The bottleneck becomes obvious :

Source sentence
50 words
      ↓
hN
(single vector)
      ↓
Target sentence
60 words

Everything the decoder needs must pass through that one vector. Other way to look at it is we calculated all those hidden states before calculating $h_N$ why throw them away so that was the insight behind attention.

Instead of :

Decoder ← hN

you get :

Decoder ← {h1, h2, h3, ..., hN}

The decoder can consult whichever encoder states are most relevant while generating each output word. So tldr, bottleneck issue is about final hidden state which doesn't contain all information properly. It contains the information the netowork managed to preserve. In long sentences, a lot of details get diluted or forgotten, all these issues retained in LSTM or GRU which were improvement over vanilla RNNs but attention fixed these issues.

Why need attention

Core Idea behind Attention

On each step of decoder, use a direct connection to the encoder to focus on a particular part of the source sequence, so in a way it helps solve vanishing gradients issue as it is providing a shortcut to faraway states.

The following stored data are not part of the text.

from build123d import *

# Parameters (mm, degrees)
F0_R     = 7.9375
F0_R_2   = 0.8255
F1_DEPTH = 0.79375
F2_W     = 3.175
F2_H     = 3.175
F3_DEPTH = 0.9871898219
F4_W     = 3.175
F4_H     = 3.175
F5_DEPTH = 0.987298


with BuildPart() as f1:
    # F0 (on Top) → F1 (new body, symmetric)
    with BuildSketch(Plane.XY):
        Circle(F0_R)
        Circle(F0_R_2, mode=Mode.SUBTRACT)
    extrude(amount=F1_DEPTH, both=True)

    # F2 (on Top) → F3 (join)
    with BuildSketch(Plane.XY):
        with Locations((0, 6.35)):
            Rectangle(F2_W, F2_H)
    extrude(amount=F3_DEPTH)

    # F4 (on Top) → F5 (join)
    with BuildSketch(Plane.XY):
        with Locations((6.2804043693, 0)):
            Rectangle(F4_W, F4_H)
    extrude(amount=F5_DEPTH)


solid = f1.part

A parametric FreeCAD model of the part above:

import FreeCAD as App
import Part
import Sketcher
from FreeCAD import Vector
Q = App.Units.Quantity


def add_polygon(sketch, points):
    """Adds a closed chain of lines whose ends are joined by coincident constraints."""
    first, n = sketch.GeometryCount, len(points)
    for a, b in zip(points, points[1:] + points[:1]):
        sketch.addGeometry(Part.LineSegment(App.Vector(*a, 0), App.Vector(*b, 0)), False)
    for i in range(n):
        sketch.addConstraint(Sketcher.Constraint("Coincident", first + i, 2, first + (i + 1) % n, 1))

doc = App.newDocument("Part")
body = doc.addObject("PartDesign::Body", "Body")

sketch1 = body.newObject("Sketcher::SketchObject", "Sketch")
sketch1.AttachmentSupport = (doc.getObject("XY_Plane"), [""])
sketch1.MapMode = "FlatFace"
sketch1.addGeometry(Part.Circle(Vector(0, 0, 0), Vector(0, 0, 1), 7.9), False)
sketch1.addGeometry(Part.Circle(Vector(0, 0, 0), Vector(0, 0, 1), 0.8), False)
sketch1.addConstraint(Sketcher.Constraint("Coincident", 0, 3, -1, 1))
sketch1.addConstraint(Sketcher.Constraint("Coincident", 1, 3, -1, 1))
sketch1.addConstraint(Sketcher.Constraint("Diameter", 0, Q("0.625 in")))
sketch1.addConstraint(Sketcher.Constraint("Diameter", 1, Q("0.065 in")))
pad1 = body.newObject("PartDesign::Pad", "Pad")
pad1.Profile = sketch1
pad1.Length = Q("0.0625 in")
pad1.Midplane = True

sketch2 = body.newObject("Sketcher::SketchObject", "Sketch001")
sketch2.AttachmentSupport = (doc.getObject("XY_Plane"), [""])
sketch2.MapMode = "FlatFace"
add_polygon(sketch2, [(-1.6, 7.9), (-1.6, 4.8), (1.6, 4.8), (1.6, 7.9)])
sketch2.addConstraint(Sketcher.Constraint("Vertical", 0))
sketch2.addConstraint(Sketcher.Constraint("Horizontal", 1))
sketch2.addConstraint(Sketcher.Constraint("Vertical", 2))
sketch2.addConstraint(Sketcher.Constraint("Horizontal", 3))
sketch2.addConstraint(Sketcher.Constraint("Equal", 3, 0))
sketch2.addConstraint(Sketcher.Constraint("DistanceX", 1, 1, 1, 2, Q("0.125 in")))
sketch2.addConstraint(Sketcher.Constraint("DistanceX", 0, 2, -1, 1, Q("0.0625 in")))
sketch2.addConstraint(Sketcher.Constraint("DistanceY", -1, 1, 0, 2, Q("0.1875 in")))
pad2 = body.newObject("PartDesign::Pad", "Pad001")
pad2.Profile = sketch2
pad2.Length = 0.98719

sketch3 = body.newObject("Sketcher::SketchObject", "Sketch002")
sketch3.AttachmentSupport = (doc.getObject("XY_Plane"), [""])
sketch3.MapMode = "FlatFace"
add_polygon(sketch3, [(4.7, 1.6), (4.7, -1.6), (7.9, -1.6), (7.9, 1.6)])
sketch3.addConstraint(Sketcher.Constraint("Vertical", 0))
sketch3.addConstraint(Sketcher.Constraint("Horizontal", 1))
sketch3.addConstraint(Sketcher.Constraint("Vertical", 2))
sketch3.addConstraint(Sketcher.Constraint("Horizontal", 3))
sketch3.addConstraint(Sketcher.Constraint("Equal", 3, 0))
sketch3.addConstraint(Sketcher.Constraint("DistanceX", 1, 1, 1, 2, Q("0.125 in")))
sketch3.addConstraint(Sketcher.Constraint("DistanceY", 0, 2, -1, 1, Q("0.0625 in")))
sketch3.addConstraint(Sketcher.Constraint("DistanceX", -1, 1, 0, 2, Q("4.692904 mm")))
pad3 = body.newObject("PartDesign::Pad", "Pad002")
pad3.Profile = sketch3
pad3.Length = 0.987298

doc.recompute()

Attention ≈ General DL Technique ≈ Given some set of vector values and vector queries, attention is a technique to compute a weighted sum of value, dependent on the query.

Intuition ≈ Weighted Sum ≈ Selective summary of information contained in values, where query determines which value to focus on.

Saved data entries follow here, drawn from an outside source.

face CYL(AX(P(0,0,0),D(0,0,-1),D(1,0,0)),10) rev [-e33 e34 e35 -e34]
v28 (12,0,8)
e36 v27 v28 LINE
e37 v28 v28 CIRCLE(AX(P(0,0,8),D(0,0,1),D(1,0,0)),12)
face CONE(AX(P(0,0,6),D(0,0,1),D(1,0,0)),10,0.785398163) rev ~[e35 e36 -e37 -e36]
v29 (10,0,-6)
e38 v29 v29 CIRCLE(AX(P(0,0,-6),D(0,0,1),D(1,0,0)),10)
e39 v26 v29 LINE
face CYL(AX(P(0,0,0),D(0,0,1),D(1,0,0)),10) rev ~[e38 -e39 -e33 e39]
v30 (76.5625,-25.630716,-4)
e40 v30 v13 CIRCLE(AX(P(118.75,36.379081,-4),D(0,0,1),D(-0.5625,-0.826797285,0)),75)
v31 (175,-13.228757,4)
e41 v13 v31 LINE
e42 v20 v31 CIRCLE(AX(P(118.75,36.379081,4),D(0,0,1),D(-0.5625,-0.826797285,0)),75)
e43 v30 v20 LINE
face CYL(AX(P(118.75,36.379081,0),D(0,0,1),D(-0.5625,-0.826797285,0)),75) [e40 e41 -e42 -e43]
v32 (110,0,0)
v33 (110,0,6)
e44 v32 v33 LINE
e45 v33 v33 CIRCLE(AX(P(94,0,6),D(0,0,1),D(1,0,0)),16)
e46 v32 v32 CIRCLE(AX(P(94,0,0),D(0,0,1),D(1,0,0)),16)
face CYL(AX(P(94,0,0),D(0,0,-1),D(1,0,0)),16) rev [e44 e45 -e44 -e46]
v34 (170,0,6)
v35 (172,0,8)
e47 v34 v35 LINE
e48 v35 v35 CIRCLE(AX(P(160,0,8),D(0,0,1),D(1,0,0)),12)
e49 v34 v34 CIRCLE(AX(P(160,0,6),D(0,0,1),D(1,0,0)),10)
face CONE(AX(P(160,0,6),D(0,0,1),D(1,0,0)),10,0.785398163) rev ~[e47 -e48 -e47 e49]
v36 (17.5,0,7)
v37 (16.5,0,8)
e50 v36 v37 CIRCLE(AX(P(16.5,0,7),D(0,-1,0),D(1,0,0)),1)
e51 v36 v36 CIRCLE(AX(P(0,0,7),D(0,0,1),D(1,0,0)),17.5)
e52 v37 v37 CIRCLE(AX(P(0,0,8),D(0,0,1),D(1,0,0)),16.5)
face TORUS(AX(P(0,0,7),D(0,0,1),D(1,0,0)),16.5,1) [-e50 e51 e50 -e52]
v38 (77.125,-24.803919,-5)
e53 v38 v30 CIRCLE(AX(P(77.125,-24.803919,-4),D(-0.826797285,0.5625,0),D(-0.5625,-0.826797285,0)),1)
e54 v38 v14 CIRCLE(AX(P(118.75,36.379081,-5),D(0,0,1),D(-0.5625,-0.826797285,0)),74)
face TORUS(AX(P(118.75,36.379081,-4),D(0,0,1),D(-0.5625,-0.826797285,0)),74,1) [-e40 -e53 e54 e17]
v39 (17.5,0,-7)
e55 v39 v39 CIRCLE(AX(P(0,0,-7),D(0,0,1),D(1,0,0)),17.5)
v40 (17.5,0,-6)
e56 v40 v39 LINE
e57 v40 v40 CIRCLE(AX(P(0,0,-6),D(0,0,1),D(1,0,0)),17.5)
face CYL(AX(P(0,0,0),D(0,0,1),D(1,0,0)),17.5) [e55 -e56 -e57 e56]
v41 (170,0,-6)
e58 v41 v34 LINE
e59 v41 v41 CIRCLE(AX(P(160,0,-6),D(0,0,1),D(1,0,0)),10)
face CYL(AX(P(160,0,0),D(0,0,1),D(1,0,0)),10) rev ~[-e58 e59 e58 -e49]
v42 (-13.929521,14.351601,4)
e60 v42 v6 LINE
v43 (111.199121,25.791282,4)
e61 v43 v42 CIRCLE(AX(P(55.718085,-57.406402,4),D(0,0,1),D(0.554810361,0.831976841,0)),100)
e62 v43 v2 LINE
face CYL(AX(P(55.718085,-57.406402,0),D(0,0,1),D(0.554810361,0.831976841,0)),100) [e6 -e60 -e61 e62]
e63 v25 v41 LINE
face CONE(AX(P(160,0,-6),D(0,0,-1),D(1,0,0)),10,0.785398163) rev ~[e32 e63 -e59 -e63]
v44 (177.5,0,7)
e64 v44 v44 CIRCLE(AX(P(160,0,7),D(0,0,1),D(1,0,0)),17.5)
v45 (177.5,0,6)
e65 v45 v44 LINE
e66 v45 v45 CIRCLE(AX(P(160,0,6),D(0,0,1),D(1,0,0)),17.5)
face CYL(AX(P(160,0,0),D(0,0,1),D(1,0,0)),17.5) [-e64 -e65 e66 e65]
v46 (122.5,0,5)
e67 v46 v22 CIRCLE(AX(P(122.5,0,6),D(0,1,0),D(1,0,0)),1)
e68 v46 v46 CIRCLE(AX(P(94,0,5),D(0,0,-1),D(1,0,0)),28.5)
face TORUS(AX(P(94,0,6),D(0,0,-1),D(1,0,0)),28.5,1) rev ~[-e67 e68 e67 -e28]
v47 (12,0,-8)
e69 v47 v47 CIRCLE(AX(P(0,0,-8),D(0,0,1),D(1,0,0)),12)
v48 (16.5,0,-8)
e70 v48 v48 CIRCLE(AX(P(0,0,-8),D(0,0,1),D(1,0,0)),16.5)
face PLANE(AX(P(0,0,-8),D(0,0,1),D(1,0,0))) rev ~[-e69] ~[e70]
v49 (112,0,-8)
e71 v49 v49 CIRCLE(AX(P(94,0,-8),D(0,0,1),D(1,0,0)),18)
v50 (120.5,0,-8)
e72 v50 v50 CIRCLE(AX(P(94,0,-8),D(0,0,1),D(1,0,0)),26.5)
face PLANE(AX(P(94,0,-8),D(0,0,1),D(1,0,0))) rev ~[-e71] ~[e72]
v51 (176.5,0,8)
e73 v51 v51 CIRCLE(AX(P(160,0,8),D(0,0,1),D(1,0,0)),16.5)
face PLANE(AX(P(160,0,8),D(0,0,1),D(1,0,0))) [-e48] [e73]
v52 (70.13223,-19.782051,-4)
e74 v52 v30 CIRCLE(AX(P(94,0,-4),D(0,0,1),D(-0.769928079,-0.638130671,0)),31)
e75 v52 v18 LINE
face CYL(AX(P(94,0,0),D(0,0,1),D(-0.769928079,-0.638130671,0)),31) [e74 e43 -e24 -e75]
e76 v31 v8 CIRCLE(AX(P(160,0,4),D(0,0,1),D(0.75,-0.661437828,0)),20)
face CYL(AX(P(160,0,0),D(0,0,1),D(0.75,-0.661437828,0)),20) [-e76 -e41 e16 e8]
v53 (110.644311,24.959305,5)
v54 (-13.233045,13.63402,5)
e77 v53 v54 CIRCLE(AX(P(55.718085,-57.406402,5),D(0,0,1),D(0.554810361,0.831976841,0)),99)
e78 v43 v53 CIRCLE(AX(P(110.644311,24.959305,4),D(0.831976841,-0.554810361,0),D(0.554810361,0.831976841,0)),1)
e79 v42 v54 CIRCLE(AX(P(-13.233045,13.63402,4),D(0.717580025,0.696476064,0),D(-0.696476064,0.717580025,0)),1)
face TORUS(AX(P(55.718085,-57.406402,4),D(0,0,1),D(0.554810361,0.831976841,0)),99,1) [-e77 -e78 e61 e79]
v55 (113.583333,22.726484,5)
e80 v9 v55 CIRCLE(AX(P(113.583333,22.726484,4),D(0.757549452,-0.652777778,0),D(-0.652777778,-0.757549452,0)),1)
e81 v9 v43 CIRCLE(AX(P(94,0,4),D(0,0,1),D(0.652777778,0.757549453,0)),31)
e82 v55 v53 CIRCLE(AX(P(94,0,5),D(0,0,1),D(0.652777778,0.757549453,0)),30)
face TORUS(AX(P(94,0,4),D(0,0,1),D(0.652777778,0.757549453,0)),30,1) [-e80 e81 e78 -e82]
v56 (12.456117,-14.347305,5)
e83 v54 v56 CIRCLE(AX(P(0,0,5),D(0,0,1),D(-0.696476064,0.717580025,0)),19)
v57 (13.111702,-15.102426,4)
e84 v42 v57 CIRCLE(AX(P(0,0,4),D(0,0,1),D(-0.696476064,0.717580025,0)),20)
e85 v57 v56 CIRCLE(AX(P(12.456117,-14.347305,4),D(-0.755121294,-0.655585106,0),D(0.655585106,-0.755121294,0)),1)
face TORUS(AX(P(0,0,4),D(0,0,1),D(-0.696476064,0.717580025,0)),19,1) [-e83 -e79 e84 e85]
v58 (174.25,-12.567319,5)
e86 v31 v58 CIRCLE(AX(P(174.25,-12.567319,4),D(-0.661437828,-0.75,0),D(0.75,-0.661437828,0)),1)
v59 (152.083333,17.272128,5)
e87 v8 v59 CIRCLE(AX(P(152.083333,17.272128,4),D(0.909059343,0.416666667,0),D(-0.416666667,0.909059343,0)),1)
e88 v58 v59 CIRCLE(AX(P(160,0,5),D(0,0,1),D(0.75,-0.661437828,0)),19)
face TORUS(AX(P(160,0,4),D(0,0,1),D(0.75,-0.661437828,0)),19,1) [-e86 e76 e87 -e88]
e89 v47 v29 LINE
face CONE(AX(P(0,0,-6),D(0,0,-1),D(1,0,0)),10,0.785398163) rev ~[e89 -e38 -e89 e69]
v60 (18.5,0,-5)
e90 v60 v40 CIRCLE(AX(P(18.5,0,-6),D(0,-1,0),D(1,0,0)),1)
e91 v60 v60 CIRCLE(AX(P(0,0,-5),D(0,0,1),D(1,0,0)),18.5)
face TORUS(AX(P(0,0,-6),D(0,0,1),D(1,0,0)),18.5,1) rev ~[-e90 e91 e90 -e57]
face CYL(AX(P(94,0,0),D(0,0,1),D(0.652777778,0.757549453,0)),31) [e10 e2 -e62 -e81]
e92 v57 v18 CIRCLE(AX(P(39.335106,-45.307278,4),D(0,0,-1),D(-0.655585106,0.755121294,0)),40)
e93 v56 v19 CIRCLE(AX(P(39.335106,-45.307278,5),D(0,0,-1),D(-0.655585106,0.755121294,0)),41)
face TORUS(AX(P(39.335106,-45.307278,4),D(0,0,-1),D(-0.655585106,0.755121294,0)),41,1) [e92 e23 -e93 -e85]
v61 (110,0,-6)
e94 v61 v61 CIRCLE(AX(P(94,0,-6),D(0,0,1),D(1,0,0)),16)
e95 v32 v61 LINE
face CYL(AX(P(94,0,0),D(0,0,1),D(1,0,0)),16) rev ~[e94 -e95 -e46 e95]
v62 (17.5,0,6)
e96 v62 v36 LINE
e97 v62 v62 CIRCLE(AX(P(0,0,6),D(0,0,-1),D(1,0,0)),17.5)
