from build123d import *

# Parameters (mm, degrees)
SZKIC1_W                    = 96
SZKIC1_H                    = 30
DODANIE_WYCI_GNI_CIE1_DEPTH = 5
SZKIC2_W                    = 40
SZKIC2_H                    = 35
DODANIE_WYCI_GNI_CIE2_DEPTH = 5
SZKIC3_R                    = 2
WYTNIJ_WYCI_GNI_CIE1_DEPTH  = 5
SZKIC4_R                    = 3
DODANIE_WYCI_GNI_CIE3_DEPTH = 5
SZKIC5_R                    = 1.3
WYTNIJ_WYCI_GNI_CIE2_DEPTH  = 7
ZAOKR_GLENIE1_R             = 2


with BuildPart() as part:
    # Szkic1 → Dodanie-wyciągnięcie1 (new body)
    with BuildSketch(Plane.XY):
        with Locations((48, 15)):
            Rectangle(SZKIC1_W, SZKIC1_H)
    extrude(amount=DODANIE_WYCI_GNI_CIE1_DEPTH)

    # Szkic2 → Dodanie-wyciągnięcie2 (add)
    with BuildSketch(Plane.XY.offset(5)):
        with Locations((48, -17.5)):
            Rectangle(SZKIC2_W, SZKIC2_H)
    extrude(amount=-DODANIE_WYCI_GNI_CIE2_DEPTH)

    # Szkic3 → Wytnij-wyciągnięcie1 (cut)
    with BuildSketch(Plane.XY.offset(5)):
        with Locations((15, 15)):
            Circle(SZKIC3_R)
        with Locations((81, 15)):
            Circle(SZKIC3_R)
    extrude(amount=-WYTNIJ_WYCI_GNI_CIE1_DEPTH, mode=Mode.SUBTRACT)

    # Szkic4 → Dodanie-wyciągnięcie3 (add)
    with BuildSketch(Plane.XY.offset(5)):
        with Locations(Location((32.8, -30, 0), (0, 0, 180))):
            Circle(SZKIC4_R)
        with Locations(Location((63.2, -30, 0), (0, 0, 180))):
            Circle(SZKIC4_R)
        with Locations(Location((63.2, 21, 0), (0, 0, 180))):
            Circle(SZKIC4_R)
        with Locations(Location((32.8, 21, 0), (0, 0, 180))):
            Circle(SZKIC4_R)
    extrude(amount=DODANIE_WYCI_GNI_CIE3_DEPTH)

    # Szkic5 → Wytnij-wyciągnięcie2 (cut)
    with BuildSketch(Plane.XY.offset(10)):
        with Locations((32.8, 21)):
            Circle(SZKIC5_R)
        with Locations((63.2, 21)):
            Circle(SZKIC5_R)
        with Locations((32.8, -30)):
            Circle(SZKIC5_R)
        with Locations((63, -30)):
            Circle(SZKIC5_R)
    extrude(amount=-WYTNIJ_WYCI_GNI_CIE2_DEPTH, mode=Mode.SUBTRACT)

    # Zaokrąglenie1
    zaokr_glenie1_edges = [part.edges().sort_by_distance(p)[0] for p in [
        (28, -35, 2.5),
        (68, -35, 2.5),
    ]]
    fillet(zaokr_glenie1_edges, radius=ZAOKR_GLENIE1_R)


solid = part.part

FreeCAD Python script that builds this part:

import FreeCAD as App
import Part
import Sketcher
Q = App.Units.Quantity


def edges_at(feature, points):
    """Names of the edges that pass closest to the given points."""
    edges = feature.Shape.Edges
    near = lambda p: min(range(len(edges)), key=lambda i: edges[i].distToShape(Part.Vertex(*p))[0])
    return sorted({f"Edge{near(p) + 1}" for p in points})


def add_polygon(sketch, points):
    """Adds a closed chain of lines whose ends are joined by coincident constraints."""
    first, n = sketch.GeometryCount, len(points)
    for a, b in zip(points, points[1:] + points[:1]):
        sketch.addGeometry(Part.LineSegment(App.Vector(*a, 0), App.Vector(*b, 0)), False)
    for i in range(n):
        sketch.addConstraint(Sketcher.Constraint("Coincident", first + i, 2, first + (i + 1) % n, 1))

doc = App.newDocument("Part")
params = doc.addObject("Spreadsheet::Sheet", "Params")
for row, (alias, value) in enumerate([
    ("sketch1_width", "96 mm"),
    ("sketch1_height", "30 mm"),
    ("pad1_length", "5 mm"),
    ("sketch2_width", "40 mm"),
    ("sketch2_height", "35 mm"),
    ("pad2_length", "5 mm"),
    ("sketch3_diameter", "4 mm"),
    ("pocket1_length", "5 mm"),
    ("sketch4_diameter", "6 mm"),
    ("pad3_length", "5 mm"),
    ("sketch5_diameter", "2.6 mm"),
    ("pocket2_length", "7 mm"),
    ("fillet_radius", "2 mm"),
], start=1):
    params.set(f"A{row}", alias)
    params.set(f"B{row}", "=" + value)
    params.setAlias(f"B{row}", alias)

body = doc.addObject("PartDesign::Body", "Body")

sketch1 = body.newObject("Sketcher::SketchObject", "Sketch")
sketch1.AttachmentSupport = (doc.getObject("XY_Plane"), [""])
sketch1.MapMode = "FlatFace"
add_polygon(sketch1, [(0, 30), (0, 0), (96, 0), (96, 30)])
sketch1.addConstraint(Sketcher.Constraint("Vertical", 0))
sketch1.addConstraint(Sketcher.Constraint("Horizontal", 1))
sketch1.addConstraint(Sketcher.Constraint("Vertical", 2))
sketch1.addConstraint(Sketcher.Constraint("Horizontal", 3))
sketch1.addConstraint(Sketcher.Constraint("Coincident", 0, 2, -1, 1))
sketch1.addConstraint(Sketcher.Constraint("DistanceX", 1, 1, 1, 2, Q("96 mm")))
sketch1.addConstraint(Sketcher.Constraint("DistanceY", 0, 2, 0, 1, Q("30 mm")))
sketch1.setExpression("Constraints[9]", "Params.sketch1_width")
sketch1.setExpression("Constraints[10]", "Params.sketch1_height")
pad1 = body.newObject("PartDesign::Pad", "Pad")
pad1.Profile = sketch1
pad1.setExpression("Length", "Params.pad1_length")

sketch2 = body.newObject("Sketcher::SketchObject", "Sketch001")
sketch2.AttachmentSupport = (doc.getObject("XY_Plane"), [""])
sketch2.MapMode = "FlatFace"
sketch2.AttachmentOffset = App.Placement(App.Vector(0, 0, 5), App.Rotation())
add_polygon(sketch2, [(28, 0), (28, -35), (68, -35), (68, 0)])
sketch2.addConstraint(Sketcher.Constraint("Vertical", 0))
sketch2.addConstraint(Sketcher.Constraint("Horizontal", 1))
sketch2.addConstraint(Sketcher.Constraint("Vertical", 2))
sketch2.addConstraint(Sketcher.Constraint("Horizontal", 3))
sketch2.addConstraint(Sketcher.Constraint("PointOnObject", 2, 2, -1))
sketch2.addConstraint(Sketcher.Constraint("DistanceX", 1, 1, 1, 2, Q("40 mm")))
sketch2.addConstraint(Sketcher.Constraint("DistanceY", 0, 2, 0, 1, Q("35 mm")))
sketch2.addConstraint(Sketcher.Constraint("DistanceX", -1, 1, 0, 2, Q("28 mm")))
sketch2.setExpression("Constraints[9]", "Params.sketch2_width")
sketch2.setExpression("Constraints[10]", "Params.sketch2_height")
pad2 = body.newObject("PartDesign::Pad", "Pad001")
pad2.Profile = sketch2
pad2.setExpression("Length", "Params.pad2_length")
pad2.Reversed = True

sketch3 = body.newObject("Sketcher::SketchObject", "Sketch002")
sketch3.AttachmentSupport = (doc.getObject("XY_Plane"), [""])
sketch3.MapMode = "FlatFace"
sketch3.AttachmentOffset = App.Placement(App.Vector(0, 0, 5), App.Rotation())
sketch3.addGeometry(Part.Circle(App.Vector(15, 15, 0), App.Vector(0, 0, 1), 2), False)
sketch3.addGeometry(Part.Circle(App.Vector(81, 15, 0), App.Vector(0, 0, 1), 2), False)
sketch3.addConstraint(Sketcher.Constraint("Equal", 0, 1))
sketch3.addConstraint(Sketcher.Constraint("Horizontal", 0, 3, 1, 3))
sketch3.addConstraint(Sketcher.Constraint("Diameter", 0, Q("4 mm")))
sketch3.addConstraint(Sketcher.Constraint("DistanceX", -1, 1, 0, 3, Q("15 mm")))
sketch3.addConstraint(Sketcher.Constraint("DistanceY", -1, 1, 0, 3, Q("15 mm")))
sketch3.addConstraint(Sketcher.Constraint("DistanceX", -1, 1, 1, 3, Q("81 mm")))
sketch3.setExpression("Constraints[2]", "Params.sketch3_diameter")
pocket1 = body.newObject("PartDesign::Pocket", "Pocket")
pocket1.Profile = sketch3
pocket1.setExpression("Length", "Params.pocket1_length")

sketch4 = body.newObject("Sketcher::SketchObject", "Sketch003")
sketch4.AttachmentSupport = (doc.getObject("XY_Plane"), [""])
sketch4.MapMode = "FlatFace"
sketch4.AttachmentOffset = App.Placement(App.Vector(0, 0, 5), App.Rotation())
sketch4.addGeometry(Part.Circle(App.Vector(32.8, -30, 0), App.Vector(0, 0, 1), 3), False)
sketch4.addGeometry(Part.Circle(App.Vector(63.2, -30, 0), App.Vector(0, 0, 1), 3), False)
sketch4.addGeometry(Part.Circle(App.Vector(63.2, 21, 0), App.Vector(0, 0, 1), 3), False)
sketch4.addGeometry(Part.Circle(App.Vector(32.8, 21, 0), App.Vector(0, 0, 1), 3), False)
sketch4.addConstraint(Sketcher.Constraint("Equal", 0, 1))
sketch4.addConstraint(Sketcher.Constraint("Equal", 1, 2))
sketch4.addConstraint(Sketcher.Constraint("Equal", 2, 3))
sketch4.addConstraint(Sketcher.Constraint("Horizontal", 0, 3, 1, 3))
sketch4.addConstraint(Sketcher.Constraint("Horizontal", 2, 3, 3, 3))
sketch4.addConstraint(Sketcher.Constraint("Vertical", 1, 3, 2, 3))
sketch4.addConstraint(Sketcher.Constraint("Vertical", 0, 3, 3, 3))
sketch4.addConstraint(Sketcher.Constraint("Diameter", 0, Q("6 mm")))
sketch4.addConstraint(Sketcher.Constraint("DistanceY", 0, 3, -1, 1, Q("30 mm")))
sketch4.addConstraint(Sketcher.Constraint("DistanceY", -1, 1, 2, 3, Q("21 mm")))
sketch4.addConstraint(Sketcher.Constraint("DistanceX", -1, 1, 0, 3, Q("32.8 mm")))
sketch4.addConstraint(Sketcher.Constraint("DistanceX", -1, 1, 1, 3, Q("63.2 mm")))
sketch4.setExpression("Constraints[7]", "Params.sketch4_diameter")
pad3 = body.newObject("PartDesign::Pad", "Pad002")
pad3.Profile = sketch4
pad3.setExpression("Length", "Params.pad3_length")

sketch5 = body.newObject("Sketcher::SketchObject", "Sketch004")
sketch5.AttachmentSupport = (doc.getObject("XY_Plane"), [""])
sketch5.MapMode = "FlatFace"
sketch5.AttachmentOffset = App.Placement(App.Vector(0, 0, 10), App.Rotation())
sketch5.addGeometry(Part.Circle(App.Vector(32.8, 21, 0), App.Vector(0, 0, 1), 1.3), False)
sketch5.addGeometry(Part.Circle(App.Vector(63.2, 21, 0), App.Vector(0, 0, 1), 1.3), False)
sketch5.addGeometry(Part.Circle(App.Vector(32.8, -30, 0), App.Vector(0, 0, 1), 1.3), False)
sketch5.addGeometry(Part.Circle(App.Vector(63, -30, 0), App.Vector(0, 0, 1), 1.3), False)
sketch5.addConstraint(Sketcher.Constraint("Equal", 0, 1))
sketch5.addConstraint(Sketcher.Constraint("Equal", 1, 2))
sketch5.addConstraint(Sketcher.Constraint("Equal", 2, 3))
sketch5.addConstraint(Sketcher.Constraint("Horizontal", 0, 3, 1, 3))
sketch5.addConstraint(Sketcher.Constraint("Horizontal", 2, 3, 3, 3))
sketch5.addConstraint(Sketcher.Constraint("Vertical", 0, 3, 2, 3))
sketch5.addConstraint(Sketcher.Constraint("Diameter", 0, Q("2.6 mm")))
sketch5.addConstraint(Sketcher.Constraint("DistanceY", -1, 1, 0, 3, Q("21 mm")))
sketch5.addConstraint(Sketcher.Constraint("DistanceY", 2, 3, -1, 1, Q("30 mm")))
sketch5.addConstraint(Sketcher.Constraint("DistanceX", -1, 1, 3, 3, Q("63 mm")))
sketch5.addConstraint(Sketcher.Constraint("DistanceX", -1, 1, 0, 3, Q("32.8 mm")))
sketch5.addConstraint(Sketcher.Constraint("DistanceX", -1, 1, 1, 3, Q("63.2 mm")))
sketch5.setExpression("Constraints[6]", "Params.sketch5_diameter")
pocket2 = body.newObject("PartDesign::Pocket", "Pocket001")
pocket2.Profile = sketch5
pocket2.setExpression("Length", "Params.pocket2_length")
doc.recompute()

fillet = body.newObject("PartDesign::Fillet", "Fillet")
fillet.Base = (pocket2, edges_at(pocket2, [(28, -35, 2.5), (68, -35, 2.5)]))
fillet.setExpression("Radius", "Params.fillet_radius")

doc.recompute()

[I know that was very original and definitely 'not bookish language' :)]

So basically we are using a QKV framework, Q ~ Query, K ~ Key and V ~ Value.

Q : What we are looking for
K : Labels / Metadata of the items in database (labels of previous states)
V : Actual information contained in those items

We want to compare the query against all keys to find a match / similarity. Based on similarity / match, retreive the corresponding values.

Let's Consider an example to understand this :

Attention example 1

Before starting will be using these things during computation stage :

score = hᵀe => attention score
α = softmax(score) => convert to propabilties
context = Σ αᵢeᵢ => attention / context vector (weighted sum) ~ $A_i$

Suppose we want to translate:

Hindi : हम बाजार गये थे (input)

English : we had gone to the market (output)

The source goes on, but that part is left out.